- DATASET
#####
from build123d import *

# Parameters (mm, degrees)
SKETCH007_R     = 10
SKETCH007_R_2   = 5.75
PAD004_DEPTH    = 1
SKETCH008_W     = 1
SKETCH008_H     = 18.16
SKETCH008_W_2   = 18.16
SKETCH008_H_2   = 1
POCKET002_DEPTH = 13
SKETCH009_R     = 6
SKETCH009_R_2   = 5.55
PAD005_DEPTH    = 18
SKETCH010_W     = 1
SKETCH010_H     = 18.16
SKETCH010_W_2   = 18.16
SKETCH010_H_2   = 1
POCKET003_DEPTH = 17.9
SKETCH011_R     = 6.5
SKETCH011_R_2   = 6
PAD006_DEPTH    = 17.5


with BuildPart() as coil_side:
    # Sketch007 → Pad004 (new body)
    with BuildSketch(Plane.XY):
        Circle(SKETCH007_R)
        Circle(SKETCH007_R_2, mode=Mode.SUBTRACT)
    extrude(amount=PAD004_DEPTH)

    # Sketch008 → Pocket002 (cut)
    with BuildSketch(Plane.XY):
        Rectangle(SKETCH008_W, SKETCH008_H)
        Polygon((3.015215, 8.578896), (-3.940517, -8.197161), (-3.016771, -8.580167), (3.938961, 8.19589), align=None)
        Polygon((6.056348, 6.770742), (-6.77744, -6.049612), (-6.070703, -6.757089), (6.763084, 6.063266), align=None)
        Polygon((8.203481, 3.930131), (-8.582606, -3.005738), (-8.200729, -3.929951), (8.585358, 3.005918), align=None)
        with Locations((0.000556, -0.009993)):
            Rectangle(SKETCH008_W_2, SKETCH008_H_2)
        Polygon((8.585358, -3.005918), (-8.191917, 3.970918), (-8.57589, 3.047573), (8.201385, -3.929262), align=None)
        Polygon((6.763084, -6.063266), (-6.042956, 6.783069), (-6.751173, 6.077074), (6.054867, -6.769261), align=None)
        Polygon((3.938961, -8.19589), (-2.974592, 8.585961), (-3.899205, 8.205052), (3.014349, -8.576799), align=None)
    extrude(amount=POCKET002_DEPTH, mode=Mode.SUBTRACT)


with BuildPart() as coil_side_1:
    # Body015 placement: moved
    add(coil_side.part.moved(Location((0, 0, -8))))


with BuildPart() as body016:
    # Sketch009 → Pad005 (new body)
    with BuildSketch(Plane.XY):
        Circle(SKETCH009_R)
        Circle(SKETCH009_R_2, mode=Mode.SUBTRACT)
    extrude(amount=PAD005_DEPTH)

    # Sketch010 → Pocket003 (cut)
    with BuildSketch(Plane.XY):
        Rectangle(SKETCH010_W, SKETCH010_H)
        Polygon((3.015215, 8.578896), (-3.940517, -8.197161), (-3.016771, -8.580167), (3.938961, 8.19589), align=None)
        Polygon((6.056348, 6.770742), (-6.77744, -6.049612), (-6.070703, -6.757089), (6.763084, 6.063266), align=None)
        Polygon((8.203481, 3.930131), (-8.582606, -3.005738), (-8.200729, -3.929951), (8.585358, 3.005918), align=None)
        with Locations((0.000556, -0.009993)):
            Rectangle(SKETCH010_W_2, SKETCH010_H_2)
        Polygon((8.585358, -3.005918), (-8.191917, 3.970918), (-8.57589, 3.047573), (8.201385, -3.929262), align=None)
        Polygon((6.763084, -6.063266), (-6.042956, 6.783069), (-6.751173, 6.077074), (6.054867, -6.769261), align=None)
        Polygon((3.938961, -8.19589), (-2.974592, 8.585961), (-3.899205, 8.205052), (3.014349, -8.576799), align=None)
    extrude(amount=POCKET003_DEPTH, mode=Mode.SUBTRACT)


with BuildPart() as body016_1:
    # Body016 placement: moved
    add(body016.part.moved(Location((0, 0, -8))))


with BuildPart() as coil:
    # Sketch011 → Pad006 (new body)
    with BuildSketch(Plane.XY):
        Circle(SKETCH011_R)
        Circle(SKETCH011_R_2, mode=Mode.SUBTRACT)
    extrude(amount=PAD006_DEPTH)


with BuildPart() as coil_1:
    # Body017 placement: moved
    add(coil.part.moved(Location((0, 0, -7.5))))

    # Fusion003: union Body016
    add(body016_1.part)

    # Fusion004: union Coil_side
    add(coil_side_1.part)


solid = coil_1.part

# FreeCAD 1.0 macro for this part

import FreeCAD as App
import Part
import Sketcher

V = App.Vector
Q = App.Units.Quantity

doc = App.newDocument("Part")
body = doc.addObject("PartDesign::Body", "Body")

# Sketch on XY plane
sketch1 = body.newObject("Sketcher::SketchObject", "Sketch")
sketch1.AttachmentSupport = (doc.getObject("XY_Plane"), [""])
sketch1.MapMode = "FlatFace"
sketch1.addGeometry([
    Part.Circle(V(0, 0, 0), V(0, 0, 1), 10),
    Part.Circle(V(0, 0, 0), V(0, 0, 1), 6),
], False)
sketch1.addConstraint([
    Sketcher.Constraint("Coincident", 0, 3, -1, 1),
    Sketcher.Constraint("Coincident", 1, 3, -1, 1),
    Sketcher.Constraint("Diameter", 0, Q("20 mm")),
    Sketcher.Constraint("Diameter", 1, Q("11.5 mm")),
])
pad1 = body.newObject("PartDesign::Pad", "Pad")
pad1.Profile = sketch1
pad1.Length = 1

# Sketch on XY plane
sketch2 = body.newObject("Sketcher::SketchObject", "Sketch001")
sketch2.AttachmentSupport = (doc.getObject("XY_Plane"), [""])
sketch2.MapMode = "FlatFace"
sketch2.addGeometry([
    Part.LineSegment(V(-0.5, -2.5, 0), V(-0.5, -9.1, 0)),  # 0
    Part.LineSegment(V(-0.5, -9.1, 0), V(0.5, -9.1, 0)),  # 1
    Part.LineSegment(V(0.5, -9.1, 0), V(0.5, -2.5, 0)),  # 2
    Part.LineSegment(V(0.5, -2.5, 0), V(3, -8.6, 0)),  # 3
    Part.LineSegment(V(3, -8.6, 0), V(3.9, -8.2, 0)),  # 4
    Part.LineSegment(V(3.9, -8.2, 0), V(1.4, -2.1, 0)),  # 5
    Part.LineSegment(V(1.4, -2.1, 0), V(6.1, -6.8, 0)),  # 6
    Part.LineSegment(V(6.1, -6.8, 0), V(6.8, -6.1, 0)),  # 7
    Part.LineSegment(V(6.8, -6.1, 0), V(2.1, -1.4, 0)),  # 8
    Part.LineSegment(V(2.1, -1.4, 0), V(8.2, -3.9, 0)),  # 9
    Part.LineSegment(V(8.2, -3.9, 0), V(8.6, -3, 0)),  # 10
    Part.LineSegment(V(8.6, -3, 0), V(2.6, -0.5, 0)),  # 11
    Part.LineSegment(V(2.6, -0.5, 0), V(9.1, -0.5, 0)),  # 12
    Part.LineSegment(V(9.1, -0.5, 0), V(9.1, 0.5, 0)),  # 13
    Part.LineSegment(V(9.1, 0.5, 0), V(2.5, 0.5, 0)),  # 14
    Part.LineSegment(V(2.5, 0.5, 0), V(8.6, 3, 0)),  # 15
    Part.LineSegment(V(8.6, 3, 0), V(8.2, 3.9, 0)),  # 16
    Part.LineSegment(V(8.2, 3.9, 0), V(2.1, 1.4, 0)),  # 17
    Part.LineSegment(V(2.1, 1.4, 0), V(6.8, 6.1, 0)),  # 18
    Part.LineSegment(V(6.8, 6.1, 0), V(6.1, 6.8, 0)),  # 19
    Part.LineSegment(V(6.1, 6.8, 0), V(1.4, 2.2, 0)),  # 20
    Part.LineSegment(V(1.4, 2.2, 0), V(3.9, 8.2, 0)),  # 21
    Part.LineSegment(V(3.9, 8.2, 0), V(3, 8.6, 0)),  # 22
    Part.LineSegment(V(3, 8.6, 0), V(0.5, 2.5, 0)),  # 23
    Part.LineSegment(V(0.5, 2.5, 0), V(0.5, 9.1, 0)),  # 24
    Part.LineSegment(V(0.5, 9.1, 0), V(-0.5, 9.1, 0)),  # 25
    Part.LineSegment(V(-0.5, 9.1, 0), V(-0.5, 2.6, 0)),  # 26
    Part.LineSegment(V(-0.5, 2.6, 0), V(-3, 8.6, 0)),  # 27
    Part.LineSegment(V(-3, 8.6, 0), V(-3.9, 8.2, 0)),  # 28
    Part.LineSegment(V(-3.9, 8.2, 0), V(-1.4, 2.1, 0)),  # 29
    Part.LineSegment(V(-1.4, 2.1, 0), V(-6, 6.8, 0)),  # 30
    Part.LineSegment(V(-6, 6.8, 0), V(-6.8, 6.1, 0)),  # 31
    Part.LineSegment(V(-6.8, 6.1, 0), V(-2.1, 1.5, 0)),  # 32
    Part.LineSegment(V(-2.1, 1.5, 0), V(-8.2, 4, 0)),  # 33
    Part.LineSegment(V(-8.2, 4, 0), V(-8.6, 3, 0)),  # 34
    Part.LineSegment(V(-8.6, 3, 0), V(-2.4, 0.5, 0)),  # 35
    Part.LineSegment(V(-2.4, 0.5, 0), V(-9.1, 0.5, 0)),  # 36
    Part.LineSegment(V(-9.1, 0.5, 0), V(-9.1, -0.5, 0)),  # 37
    Part.LineSegment(V(-9.1, -0.5, 0), V(-2.5, -0.5, 0)),  # 38
    Part.LineSegment(V(-2.5, -0.5, 0), V(-8.6, -3, 0)),  # 39
    Part.LineSegment(V(-8.6, -3, 0), V(-8.2, -3.9, 0)),  # 40
    Part.LineSegment(V(-8.2, -3.9, 0), V(-2.2, -1.4, 0)),  # 41
    Part.LineSegment(V(-2.2, -1.4, 0), V(-6.8, -6, 0)),  # 42
    Part.LineSegment(V(-6.8, -6, 0), V(-6.1, -6.8, 0)),  # 43
    Part.LineSegment(V(-6.1, -6.8, 0), V(-1.4, -2.1, 0)),  # 44
    Part.LineSegment(V(-1.4, -2.1, 0), V(-3.9, -8.2, 0)),  # 45
    Part.LineSegment(V(-3.9, -8.2, 0), V(-3, -8.6, 0)),  # 46
    Part.LineSegment(V(-3, -8.6, 0), V(-0.5, -2.5, 0)),  # 47
], False)
sketch2.addConstraint([
    Sketcher.Constraint("Coincident", 0, 2, 1, 1),
    Sketcher.Constraint("Coincident", 1, 2, 2, 1),
    Sketcher.Constraint("Coincident", 2, 2, 3, 1),
    Sketcher.Constraint("Coincident", 3, 2, 4, 1),
    Sketcher.Constraint("Coincident", 4, 2, 5, 1),
    Sketcher.Constraint("Coincident", 5, 2, 6, 1),
    Sketcher.Constraint("Coincident", 6, 2, 7, 1),
    Sketcher.Constraint("Coincident", 7, 2, 8, 1),
    Sketcher.Constraint("Coincident", 8, 2, 9, 1),
    Sketcher.Constraint("Coincident", 9, 2, 10, 1),
    Sketcher.Constraint("Coincident", 10, 2, 11, 1),
    Sketcher.Constraint("Coincident", 11, 2, 12, 1),
    Sketcher.Constraint("Coincident", 12, 2, 13, 1),
    Sketcher.Constraint("Coincident", 13, 2, 14, 1),
    Sketcher.Constraint("Coincident", 14, 2, 15, 1),
    Sketcher.Constraint("Coincident", 15, 2, 16, 1),
    Sketcher.Constraint("Coincident", 16, 2, 17, 1),
    Sketcher.Constraint("Coincident", 17, 2, 18, 1),
    Sketcher.Constraint("Coincident", 18, 2, 19, 1),
    Sketcher.Constraint("Coincident", 19, 2, 20, 1),
    Sketcher.Constraint("Coincident", 20, 2, 21, 1),
    Sketcher.Constraint("Coincident", 21, 2, 22, 1),
    Sketcher.Constraint("Coincident", 22, 2, 23, 1),
    Sketcher.Constraint("Coincident", 23, 2, 24, 1),
    Sketcher.Constraint("Coincident", 24, 2, 25, 1),
    Sketcher.Constraint("Coincident", 25, 2, 26, 1),
    Sketcher.Constraint("Coincident", 26, 2, 27, 1),
    Sketcher.Constraint("Coincident", 27, 2, 28, 1),
    Sketcher.Constraint("Coincident", 28, 2, 29, 1),
    Sketcher.Constraint("Coincident", 29, 2, 30, 1),
    Sketcher.Constraint("Coincident", 30, 2, 31, 1),
    Sketcher.Constraint("Coincident", 31, 2, 32, 1),
    Sketcher.Constraint("Coincident", 32, 2, 33, 1),
    Sketcher.Constraint("Coincident", 33, 2, 34, 1),
    Sketcher.Constraint("Coincident", 34, 2, 35, 1),
    Sketcher.Constraint("Coincident", 35, 2, 36, 1),
    Sketcher.Constraint("Coincident", 36, 2, 37, 1),
    Sketcher.Constraint("Coincident", 37, 2, 38, 1),
    Sketcher.Constraint("Coincident", 38, 2, 39, 1),
    Sketcher.Constraint("Coincident", 39, 2, 40, 1),
    Sketcher.Constraint("Coincident", 40, 2, 41, 1),
    Sketcher.Constraint("Coincident", 41, 2, 42, 1),
    Sketcher.Constraint("Coincident", 42, 2, 43, 1),
    Sketcher.Constraint("Coincident", 43, 2, 44, 1),
    Sketcher.Constraint("Coincident", 44, 2, 45, 1),
    Sketcher.Constraint("Coincident", 45, 2, 46, 1),
    Sketcher.Constraint("Coincident", 46, 2, 47, 1),
    Sketcher.Constraint("Coincident", 47, 2, 0, 1),
    Sketcher.Constraint("Vertical", 0),
    Sketcher.Constraint("Horizontal", 1),
    Sketcher.Constraint("Vertical", 2),
    Sketcher.Constraint("Horizontal", 12),
    Sketcher.Constraint("Vertical", 13),
    Sketcher.Constraint("Horizontal", 14),
    Sketcher.Constraint("Vertical", 24),
    Sketcher.Constraint("Horizontal", 25),
    Sketcher.Constraint("Vertical", 26),
    Sketcher.Constraint("Horizontal", 36),
    Sketcher.Constraint("Vertical", 37),
    Sketcher.Constraint("Horizontal", 38),
    Sketcher.Constraint("Symmetric", 0, 2, 24, 2, -1, 1),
#####
- WHAT YOU SHOULD DO
From the records above, copy each line that contains the word "placement".

- TASK RESULT
    # Body015 placement: moved
    # Body016 placement: moved
    # Body017 placement: moved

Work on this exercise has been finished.